Tomato and pepper are in the solanaceae family.


----------



## hoppy2B (3/6/16)

By pepper I am referring to capsicums/chilli. Most people would know that though.


----------



## Stu Brew (5/6/16)

hoppy2B said:


> By pepper I am referring to capsicums/chilli. Most people would know that though.


Yup. Still tyring to get to the bottom of this....maybe someone in NSW can contact what ever the agriculture department is called and ask?


----------



## CheekyPanda (5/6/16)

Stu Brew said:


> Yup. Still tyring to get to the bottom of this....maybe someone in NSW can contact what ever the agriculture department is called and ask?


Can do.


----------



## Ducatiboy stu (5/6/16)

Stu Brew said:


> Yup. Still tyring to get to the bottom of this....maybe someone in NSW can contact what ever the agriculture department is called and ask?

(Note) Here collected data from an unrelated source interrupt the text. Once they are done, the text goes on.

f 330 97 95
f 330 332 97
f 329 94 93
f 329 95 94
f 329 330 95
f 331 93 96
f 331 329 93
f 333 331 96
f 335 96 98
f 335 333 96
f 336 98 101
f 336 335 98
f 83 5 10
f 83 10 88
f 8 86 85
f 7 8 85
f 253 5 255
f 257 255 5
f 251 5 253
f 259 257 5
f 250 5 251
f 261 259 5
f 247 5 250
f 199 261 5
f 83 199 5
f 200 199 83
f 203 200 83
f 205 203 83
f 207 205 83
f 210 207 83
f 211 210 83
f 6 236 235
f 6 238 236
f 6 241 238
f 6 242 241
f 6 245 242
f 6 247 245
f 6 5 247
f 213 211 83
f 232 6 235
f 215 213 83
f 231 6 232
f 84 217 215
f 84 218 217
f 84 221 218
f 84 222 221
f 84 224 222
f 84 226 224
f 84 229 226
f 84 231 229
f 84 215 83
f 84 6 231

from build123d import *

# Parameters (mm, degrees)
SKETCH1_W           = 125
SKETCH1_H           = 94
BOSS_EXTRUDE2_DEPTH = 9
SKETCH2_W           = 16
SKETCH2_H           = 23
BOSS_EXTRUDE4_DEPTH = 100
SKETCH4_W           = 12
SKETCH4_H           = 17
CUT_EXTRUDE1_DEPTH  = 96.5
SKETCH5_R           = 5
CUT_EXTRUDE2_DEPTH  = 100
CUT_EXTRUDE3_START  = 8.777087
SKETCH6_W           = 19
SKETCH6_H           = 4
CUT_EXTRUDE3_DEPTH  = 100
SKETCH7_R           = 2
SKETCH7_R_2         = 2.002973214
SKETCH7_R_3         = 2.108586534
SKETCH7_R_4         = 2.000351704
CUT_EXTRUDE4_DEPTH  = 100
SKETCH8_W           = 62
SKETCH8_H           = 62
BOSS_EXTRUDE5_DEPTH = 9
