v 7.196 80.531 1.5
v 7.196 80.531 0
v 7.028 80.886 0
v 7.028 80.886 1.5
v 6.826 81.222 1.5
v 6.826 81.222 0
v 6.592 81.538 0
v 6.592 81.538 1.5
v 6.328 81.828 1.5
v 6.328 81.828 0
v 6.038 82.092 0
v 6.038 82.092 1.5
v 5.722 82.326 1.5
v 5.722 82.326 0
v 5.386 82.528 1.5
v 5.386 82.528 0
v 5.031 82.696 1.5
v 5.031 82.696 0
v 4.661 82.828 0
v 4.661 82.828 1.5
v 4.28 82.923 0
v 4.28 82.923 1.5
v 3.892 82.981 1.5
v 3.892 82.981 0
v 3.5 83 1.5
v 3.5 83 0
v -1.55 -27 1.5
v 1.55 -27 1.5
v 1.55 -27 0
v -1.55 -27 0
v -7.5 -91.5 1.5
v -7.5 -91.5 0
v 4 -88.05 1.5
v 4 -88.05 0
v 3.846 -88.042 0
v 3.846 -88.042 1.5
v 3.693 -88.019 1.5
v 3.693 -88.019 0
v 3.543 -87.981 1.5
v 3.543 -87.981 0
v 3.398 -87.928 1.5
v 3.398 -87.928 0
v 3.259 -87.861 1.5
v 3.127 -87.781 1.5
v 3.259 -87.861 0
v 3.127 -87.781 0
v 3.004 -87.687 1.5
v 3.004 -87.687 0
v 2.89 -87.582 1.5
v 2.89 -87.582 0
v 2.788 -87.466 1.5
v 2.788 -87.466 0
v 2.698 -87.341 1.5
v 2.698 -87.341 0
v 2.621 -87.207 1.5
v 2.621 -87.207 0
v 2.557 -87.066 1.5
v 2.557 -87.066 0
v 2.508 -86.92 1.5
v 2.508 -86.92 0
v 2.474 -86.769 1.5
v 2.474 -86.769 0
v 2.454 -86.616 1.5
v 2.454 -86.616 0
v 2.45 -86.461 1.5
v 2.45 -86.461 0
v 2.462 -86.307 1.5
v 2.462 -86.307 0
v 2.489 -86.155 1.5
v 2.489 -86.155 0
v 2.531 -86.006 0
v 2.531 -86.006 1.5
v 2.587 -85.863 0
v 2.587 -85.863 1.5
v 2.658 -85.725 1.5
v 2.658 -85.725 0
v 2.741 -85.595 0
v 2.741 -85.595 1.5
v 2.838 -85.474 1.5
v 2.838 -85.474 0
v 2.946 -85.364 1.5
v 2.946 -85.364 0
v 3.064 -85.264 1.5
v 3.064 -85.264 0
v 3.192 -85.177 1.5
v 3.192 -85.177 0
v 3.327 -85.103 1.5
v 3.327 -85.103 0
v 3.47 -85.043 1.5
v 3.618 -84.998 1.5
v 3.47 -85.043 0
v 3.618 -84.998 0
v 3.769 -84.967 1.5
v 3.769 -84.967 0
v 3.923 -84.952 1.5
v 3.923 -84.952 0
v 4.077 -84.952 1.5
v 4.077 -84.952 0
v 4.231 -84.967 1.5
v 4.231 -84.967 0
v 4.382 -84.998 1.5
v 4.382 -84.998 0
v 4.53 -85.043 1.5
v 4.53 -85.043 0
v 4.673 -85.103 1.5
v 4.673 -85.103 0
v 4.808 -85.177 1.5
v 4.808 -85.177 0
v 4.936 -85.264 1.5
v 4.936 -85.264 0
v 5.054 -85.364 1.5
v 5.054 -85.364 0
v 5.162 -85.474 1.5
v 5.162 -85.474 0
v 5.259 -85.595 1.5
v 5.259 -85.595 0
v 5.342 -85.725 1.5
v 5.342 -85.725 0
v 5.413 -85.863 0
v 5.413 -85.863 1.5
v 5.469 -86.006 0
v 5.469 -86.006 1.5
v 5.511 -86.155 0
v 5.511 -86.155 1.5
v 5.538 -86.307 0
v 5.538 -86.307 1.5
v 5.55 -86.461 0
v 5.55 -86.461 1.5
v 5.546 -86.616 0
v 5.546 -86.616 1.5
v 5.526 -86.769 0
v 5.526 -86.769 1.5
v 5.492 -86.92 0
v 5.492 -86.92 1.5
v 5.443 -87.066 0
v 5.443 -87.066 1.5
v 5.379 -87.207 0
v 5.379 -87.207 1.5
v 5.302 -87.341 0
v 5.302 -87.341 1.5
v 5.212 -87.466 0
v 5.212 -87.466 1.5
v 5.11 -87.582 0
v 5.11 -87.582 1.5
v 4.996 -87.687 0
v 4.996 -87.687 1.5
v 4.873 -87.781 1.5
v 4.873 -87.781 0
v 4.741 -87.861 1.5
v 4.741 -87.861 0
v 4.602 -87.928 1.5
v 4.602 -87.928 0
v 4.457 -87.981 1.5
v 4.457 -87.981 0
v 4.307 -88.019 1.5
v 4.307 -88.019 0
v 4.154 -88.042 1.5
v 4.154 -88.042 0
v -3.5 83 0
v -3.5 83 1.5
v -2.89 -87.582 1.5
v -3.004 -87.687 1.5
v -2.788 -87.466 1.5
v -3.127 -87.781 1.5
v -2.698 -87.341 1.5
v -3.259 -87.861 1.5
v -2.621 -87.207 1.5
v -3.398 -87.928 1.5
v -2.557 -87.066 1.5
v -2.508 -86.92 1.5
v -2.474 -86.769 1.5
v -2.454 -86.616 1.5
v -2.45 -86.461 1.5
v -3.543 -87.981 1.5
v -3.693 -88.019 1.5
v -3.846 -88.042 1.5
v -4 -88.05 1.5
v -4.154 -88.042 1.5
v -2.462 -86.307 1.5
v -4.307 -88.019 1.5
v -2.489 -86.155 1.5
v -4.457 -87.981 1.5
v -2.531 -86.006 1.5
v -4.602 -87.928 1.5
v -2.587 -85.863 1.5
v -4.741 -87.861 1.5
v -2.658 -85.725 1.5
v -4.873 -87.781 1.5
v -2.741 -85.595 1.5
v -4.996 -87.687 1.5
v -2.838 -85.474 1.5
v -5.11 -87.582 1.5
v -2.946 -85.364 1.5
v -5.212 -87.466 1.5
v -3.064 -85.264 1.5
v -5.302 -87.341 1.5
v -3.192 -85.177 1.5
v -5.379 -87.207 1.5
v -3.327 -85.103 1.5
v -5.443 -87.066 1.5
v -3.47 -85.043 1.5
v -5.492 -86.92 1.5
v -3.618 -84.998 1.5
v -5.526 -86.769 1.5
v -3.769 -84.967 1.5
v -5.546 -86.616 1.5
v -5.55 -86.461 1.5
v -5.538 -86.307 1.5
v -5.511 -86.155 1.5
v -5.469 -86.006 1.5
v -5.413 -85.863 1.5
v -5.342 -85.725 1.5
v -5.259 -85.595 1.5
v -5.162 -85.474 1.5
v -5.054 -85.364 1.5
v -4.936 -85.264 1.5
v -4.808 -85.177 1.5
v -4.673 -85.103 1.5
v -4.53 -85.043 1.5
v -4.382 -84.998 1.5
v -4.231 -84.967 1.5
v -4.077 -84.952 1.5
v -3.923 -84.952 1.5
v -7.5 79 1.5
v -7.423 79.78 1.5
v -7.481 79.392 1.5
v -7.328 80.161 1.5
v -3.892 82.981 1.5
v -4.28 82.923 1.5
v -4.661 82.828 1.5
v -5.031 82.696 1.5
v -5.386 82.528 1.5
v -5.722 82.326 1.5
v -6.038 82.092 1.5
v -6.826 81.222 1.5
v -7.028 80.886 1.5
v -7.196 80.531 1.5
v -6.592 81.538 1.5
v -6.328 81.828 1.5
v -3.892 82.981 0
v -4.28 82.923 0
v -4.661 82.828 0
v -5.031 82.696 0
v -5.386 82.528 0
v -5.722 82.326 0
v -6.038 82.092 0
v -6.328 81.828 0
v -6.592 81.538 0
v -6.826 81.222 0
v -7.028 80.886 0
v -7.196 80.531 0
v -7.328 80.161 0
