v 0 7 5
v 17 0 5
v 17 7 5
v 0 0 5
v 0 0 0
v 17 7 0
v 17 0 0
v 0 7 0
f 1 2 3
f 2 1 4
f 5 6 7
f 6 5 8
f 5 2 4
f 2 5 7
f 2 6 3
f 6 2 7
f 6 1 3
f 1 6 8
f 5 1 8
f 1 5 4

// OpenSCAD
// Generated by SolidPython 1.0.1 on 2020-07-29 00:46:56


cube(size = [17, 7, 5]);
/***********************************************
*********      SolidPython code:      **********
************************************************
 
# import packages: SolidPython
from solid import *
from solid.utils import *
from itertools import chain, combinations, permutations


class Resize:

    def __init__(self, scad_file):
        self.scad_file = scad_file
        #self.scad_file = import_scad(scad_file)
        # cone/cylinder param:
        self.r1 = 0
        self.r2 = 0
        self.h = 0
        # rectangular prism param:
        self.w = 0
        self.l = 0
        # ellipse param:
        self.r = 0

    # import OpenScad code (file name corresponds to shape)


    # classify shape + parameters
    def assign(self, param1, param2, param3):
        if self.scad_file == 'cone.scad':
            self.r1 = param1
            self.r2 = param2
            self.h = param3
        elif self.scad_file == 'cylinder.scad':
            self.r1 = param1
            self.r2 = param2
            self.h = param3
        elif self.scad_file == 'rectangularPrism.scad':
            self.h = param1
            self.l = param2
            self.w = param3
        else:
            self.r = param1
            self.h = param2

    # resize parameters
    def iterate(self):
        x = range(3, 20, 2)
        i = 1
        if self.scad_file == 'cone.scad':
            tempList = list(permutations(x, 2))
            for temp in tempList:
                param1 = temp[0]
                param2 = temp[1]
                filepath = 'produced_scad_files/' + 'cone' + str(param1) + '_' + str(param2) + '_' + '.scad'
                scad_render_to_file(cylinder(h=param1, r1=param2, r2=0), filepath)

        elif self.scad_file == 'cylinder.scad':
            tempList = list(permutations(x, 3))
            for temp in tempList:
                param1 = temp[0]
                param2 = temp[1]
                filepath = 'produced_scad_files/' + 'cylinder' + str(param1) + '_' + str(param2) + '_' + '.scad'
                scad_render_to_file(cylinder(h=param1, r1=param2, r2=param2), filepath)

        elif self.scad_file == 'rectangularPrism.scad':
            tempList = list(permutations(x, 3))
            for temp in tempList:
                param1 = temp[0]
                param2 = temp[1]
                param3 = temp[2]
                filepath = 'produced_scad_files/' + 'rectangularPrism' + str(param1) + '_' + str(param2) + '_' + str(
                    param3) + '.scad'
                scad_render_to_file(cube(size=(param1, param2, param3)), filepath)

        elif self.scad_file == 'ellipse.scad':
            tempList = list(permutations(x, 4))
            for temp in tempList:
                param1 = temp[0]
                param2 = temp[1]
                param3 = temp[2]
                param4 = temp[3]
                filepath = 'produced_scad_files/' + 'ellipse' + str(param1) + '_' + str(param2) + '_' + str(param3) + '_' + str(param4) + '.scad'
                scad_render_to_file(scale([param1, param2, param3])(sphere(r=param4)), filepath)

    def render_to_scadfile(self):
        scad_render_to_file(scad, 'example.scad') 
 
************************************************/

Its not illegal to call NSW from SA and ask them yourself... B)


----------



## rogerdowling (23/8/16)

Hi All,

Did you get to the bottom of this? I've only just stumbled across this thread, but I'm sending some Rhizomes up north from Vic, so I've been looking into it and I believe I have the answers. I can post my findings if you're still interested?


Rog.


----------



## Feldon (23/8/16)

dodgy_rog said:


> Hi All,
> 
> Did you get to the bottom of this? I've only just stumbled across this thread, but I'm sending some Rhizomes up north from Vic, so I've been looking into it and I believe I have the answers. I can post my findings if you're still interested?
> 
> ...


Post away dodgy-rog. What did you find out?


----------



## rogerdowling (23/8/16)

Ok brew team,

So the people you need to get in touch with are Domestic Quarantine. Website: http://www.quarantinedomestic.gov.au/

On there, there are the basics, state by state. As you can imagine, hops rhizomes are not listed....

There is an email address on each state's page however and I fired off an email to both WA and NSW.

To their credit, they both responded within a day, and then once I'd gotten back to them, they responded again within the hour.

They had a few questions around Genus and Species, which the inter-web tells me are Humulus and H. Lupulus respectively.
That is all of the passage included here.